_Stored data entries_.
>>>>>

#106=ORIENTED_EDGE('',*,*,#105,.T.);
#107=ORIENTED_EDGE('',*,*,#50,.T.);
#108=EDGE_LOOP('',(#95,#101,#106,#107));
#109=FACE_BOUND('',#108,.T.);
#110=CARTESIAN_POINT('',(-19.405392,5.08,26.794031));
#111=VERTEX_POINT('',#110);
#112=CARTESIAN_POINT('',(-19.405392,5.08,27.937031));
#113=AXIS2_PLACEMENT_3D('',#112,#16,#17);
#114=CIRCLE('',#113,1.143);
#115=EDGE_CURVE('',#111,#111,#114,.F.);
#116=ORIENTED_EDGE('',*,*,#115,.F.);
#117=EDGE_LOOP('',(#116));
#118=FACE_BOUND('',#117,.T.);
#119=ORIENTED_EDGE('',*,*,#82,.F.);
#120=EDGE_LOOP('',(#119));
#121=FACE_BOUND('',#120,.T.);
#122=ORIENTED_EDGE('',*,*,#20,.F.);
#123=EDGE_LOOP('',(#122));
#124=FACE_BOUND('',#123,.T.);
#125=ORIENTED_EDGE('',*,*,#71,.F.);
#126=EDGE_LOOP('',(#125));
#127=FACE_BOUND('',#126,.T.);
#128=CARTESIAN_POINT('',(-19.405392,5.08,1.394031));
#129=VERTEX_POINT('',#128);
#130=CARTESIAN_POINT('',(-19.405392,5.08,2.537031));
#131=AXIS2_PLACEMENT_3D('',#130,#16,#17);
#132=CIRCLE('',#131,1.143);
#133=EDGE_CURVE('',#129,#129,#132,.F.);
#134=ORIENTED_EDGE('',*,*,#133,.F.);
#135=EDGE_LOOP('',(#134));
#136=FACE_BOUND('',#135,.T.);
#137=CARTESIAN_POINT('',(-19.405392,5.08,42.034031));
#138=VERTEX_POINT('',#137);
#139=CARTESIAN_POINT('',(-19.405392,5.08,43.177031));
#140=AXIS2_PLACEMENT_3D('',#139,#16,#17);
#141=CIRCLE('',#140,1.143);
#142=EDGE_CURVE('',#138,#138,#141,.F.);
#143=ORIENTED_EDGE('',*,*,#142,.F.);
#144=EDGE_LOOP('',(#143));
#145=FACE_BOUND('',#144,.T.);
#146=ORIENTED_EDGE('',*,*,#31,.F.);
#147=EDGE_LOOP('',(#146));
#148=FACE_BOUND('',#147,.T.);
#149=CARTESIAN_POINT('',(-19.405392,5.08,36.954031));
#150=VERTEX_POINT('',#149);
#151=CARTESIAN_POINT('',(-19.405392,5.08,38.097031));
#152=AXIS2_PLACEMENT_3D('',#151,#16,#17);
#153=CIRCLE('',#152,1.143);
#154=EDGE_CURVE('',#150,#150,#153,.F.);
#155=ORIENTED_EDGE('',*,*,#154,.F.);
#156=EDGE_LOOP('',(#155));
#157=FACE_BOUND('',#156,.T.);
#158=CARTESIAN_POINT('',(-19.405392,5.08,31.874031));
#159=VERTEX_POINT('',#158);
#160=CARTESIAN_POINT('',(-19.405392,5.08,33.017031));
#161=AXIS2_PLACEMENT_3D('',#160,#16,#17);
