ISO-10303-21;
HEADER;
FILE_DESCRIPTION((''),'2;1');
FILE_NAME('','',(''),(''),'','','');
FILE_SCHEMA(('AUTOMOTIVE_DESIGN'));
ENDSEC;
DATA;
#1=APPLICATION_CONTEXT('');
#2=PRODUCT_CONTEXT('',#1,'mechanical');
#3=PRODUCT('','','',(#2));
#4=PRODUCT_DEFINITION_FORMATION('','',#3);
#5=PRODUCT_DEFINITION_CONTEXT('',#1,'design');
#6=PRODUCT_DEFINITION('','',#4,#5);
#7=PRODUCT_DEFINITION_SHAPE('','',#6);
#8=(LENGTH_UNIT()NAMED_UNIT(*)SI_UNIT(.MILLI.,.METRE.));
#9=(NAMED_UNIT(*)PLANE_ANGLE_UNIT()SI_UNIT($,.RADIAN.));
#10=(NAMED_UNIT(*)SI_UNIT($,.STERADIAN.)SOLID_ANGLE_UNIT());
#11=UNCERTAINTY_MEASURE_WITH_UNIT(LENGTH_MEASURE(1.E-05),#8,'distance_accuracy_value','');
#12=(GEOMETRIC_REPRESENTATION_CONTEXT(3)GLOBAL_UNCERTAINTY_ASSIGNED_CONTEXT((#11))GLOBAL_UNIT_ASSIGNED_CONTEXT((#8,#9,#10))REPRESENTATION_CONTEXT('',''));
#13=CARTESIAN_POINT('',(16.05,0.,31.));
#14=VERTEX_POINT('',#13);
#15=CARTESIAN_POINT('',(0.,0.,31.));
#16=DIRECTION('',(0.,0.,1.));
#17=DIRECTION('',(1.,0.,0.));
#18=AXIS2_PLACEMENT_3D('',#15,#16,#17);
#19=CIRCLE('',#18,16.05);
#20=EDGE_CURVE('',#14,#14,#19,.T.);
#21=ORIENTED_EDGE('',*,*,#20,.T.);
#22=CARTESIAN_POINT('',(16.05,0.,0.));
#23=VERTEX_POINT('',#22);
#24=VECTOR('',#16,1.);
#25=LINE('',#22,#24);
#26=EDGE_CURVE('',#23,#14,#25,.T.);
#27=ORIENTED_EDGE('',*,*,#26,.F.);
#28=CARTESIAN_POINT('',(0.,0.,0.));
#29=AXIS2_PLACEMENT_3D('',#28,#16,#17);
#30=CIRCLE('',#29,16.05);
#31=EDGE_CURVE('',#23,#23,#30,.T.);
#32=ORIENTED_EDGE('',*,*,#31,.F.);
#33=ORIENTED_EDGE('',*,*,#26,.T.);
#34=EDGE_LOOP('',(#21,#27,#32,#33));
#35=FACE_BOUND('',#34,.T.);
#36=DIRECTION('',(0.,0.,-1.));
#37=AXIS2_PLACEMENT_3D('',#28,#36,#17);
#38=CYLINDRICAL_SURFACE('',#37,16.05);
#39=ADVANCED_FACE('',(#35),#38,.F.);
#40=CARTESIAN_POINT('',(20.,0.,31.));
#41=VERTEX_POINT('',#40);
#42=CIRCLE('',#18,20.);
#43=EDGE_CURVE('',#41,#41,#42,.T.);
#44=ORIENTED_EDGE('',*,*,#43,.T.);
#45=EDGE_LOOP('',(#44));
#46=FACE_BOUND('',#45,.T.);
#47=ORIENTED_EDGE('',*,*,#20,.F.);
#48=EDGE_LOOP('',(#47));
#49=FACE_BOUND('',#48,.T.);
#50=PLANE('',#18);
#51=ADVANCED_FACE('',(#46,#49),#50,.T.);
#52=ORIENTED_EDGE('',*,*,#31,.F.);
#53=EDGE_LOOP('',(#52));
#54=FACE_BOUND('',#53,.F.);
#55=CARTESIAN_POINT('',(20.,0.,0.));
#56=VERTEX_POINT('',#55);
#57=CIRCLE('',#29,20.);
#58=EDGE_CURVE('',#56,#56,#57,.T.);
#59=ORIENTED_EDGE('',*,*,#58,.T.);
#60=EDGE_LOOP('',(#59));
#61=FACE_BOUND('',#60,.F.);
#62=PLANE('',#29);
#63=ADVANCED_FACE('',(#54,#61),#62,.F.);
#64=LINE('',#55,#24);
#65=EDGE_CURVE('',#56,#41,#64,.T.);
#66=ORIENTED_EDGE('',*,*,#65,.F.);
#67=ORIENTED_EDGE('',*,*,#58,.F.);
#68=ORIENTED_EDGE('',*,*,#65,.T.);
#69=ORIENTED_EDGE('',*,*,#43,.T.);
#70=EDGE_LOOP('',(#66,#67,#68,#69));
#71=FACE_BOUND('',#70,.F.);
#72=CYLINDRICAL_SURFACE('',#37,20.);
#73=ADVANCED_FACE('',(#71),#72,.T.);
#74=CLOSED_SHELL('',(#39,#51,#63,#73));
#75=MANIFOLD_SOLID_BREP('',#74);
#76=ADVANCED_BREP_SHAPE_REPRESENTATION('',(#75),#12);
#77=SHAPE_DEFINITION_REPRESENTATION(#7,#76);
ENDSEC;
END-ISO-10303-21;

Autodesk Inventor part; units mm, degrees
ref_plane "YZ Plane" through (0, 0, 0) normal (1, 0, 0) x (0, 1, 0)
ref_plane "XZ Plane" through (0, 0, 0) normal (0, 1, 0) x (-1, 0, 0)
ref_plane "XY Plane" through (0, 0, 0) normal (0, 0, 1) x (1, 0, 0)
sketch "스케치8" plane through (0, 0, 0) normal (0, 0, 1) x (1, 0, 0)
  circle A0 centre (0, 0) radius 16.05
  circle A1 centre (0, 0) radius 20
  dimension "d38" = 40
  dimension "d39" = 32.1
extrude "돌출3" add sketch "스케치8" along normal blind 31
properties part number "TL20240901-10320CV-010" material "S45C"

<<<<<

Among the records above, extract exactly the lines from the line with "#158=CARTESIAN_POINT('',(-19.405392,5.08,31.874031));" to the line with "#1=APPLICATION_CONTEXT('');", both lines included, and leave out the rest.

_Response below_.
#158=CARTESIAN_POINT('',(-19.405392,5.08,31.874031));
#159=VERTEX_POINT('',#158);
#160=CARTESIAN_POINT('',(-19.405392,5.08,33.017031));
#161=AXIS2_PLACEMENT_3D('',#160,#16,#17);
ISO-10303-21;
HEADER;
FILE_DESCRIPTION((''),'2;1');
FILE_NAME('','',(''),(''),'','','');
FILE_SCHEMA(('AUTOMOTIVE_DESIGN'));
ENDSEC;
DATA;
#1=APPLICATION_CONTEXT('');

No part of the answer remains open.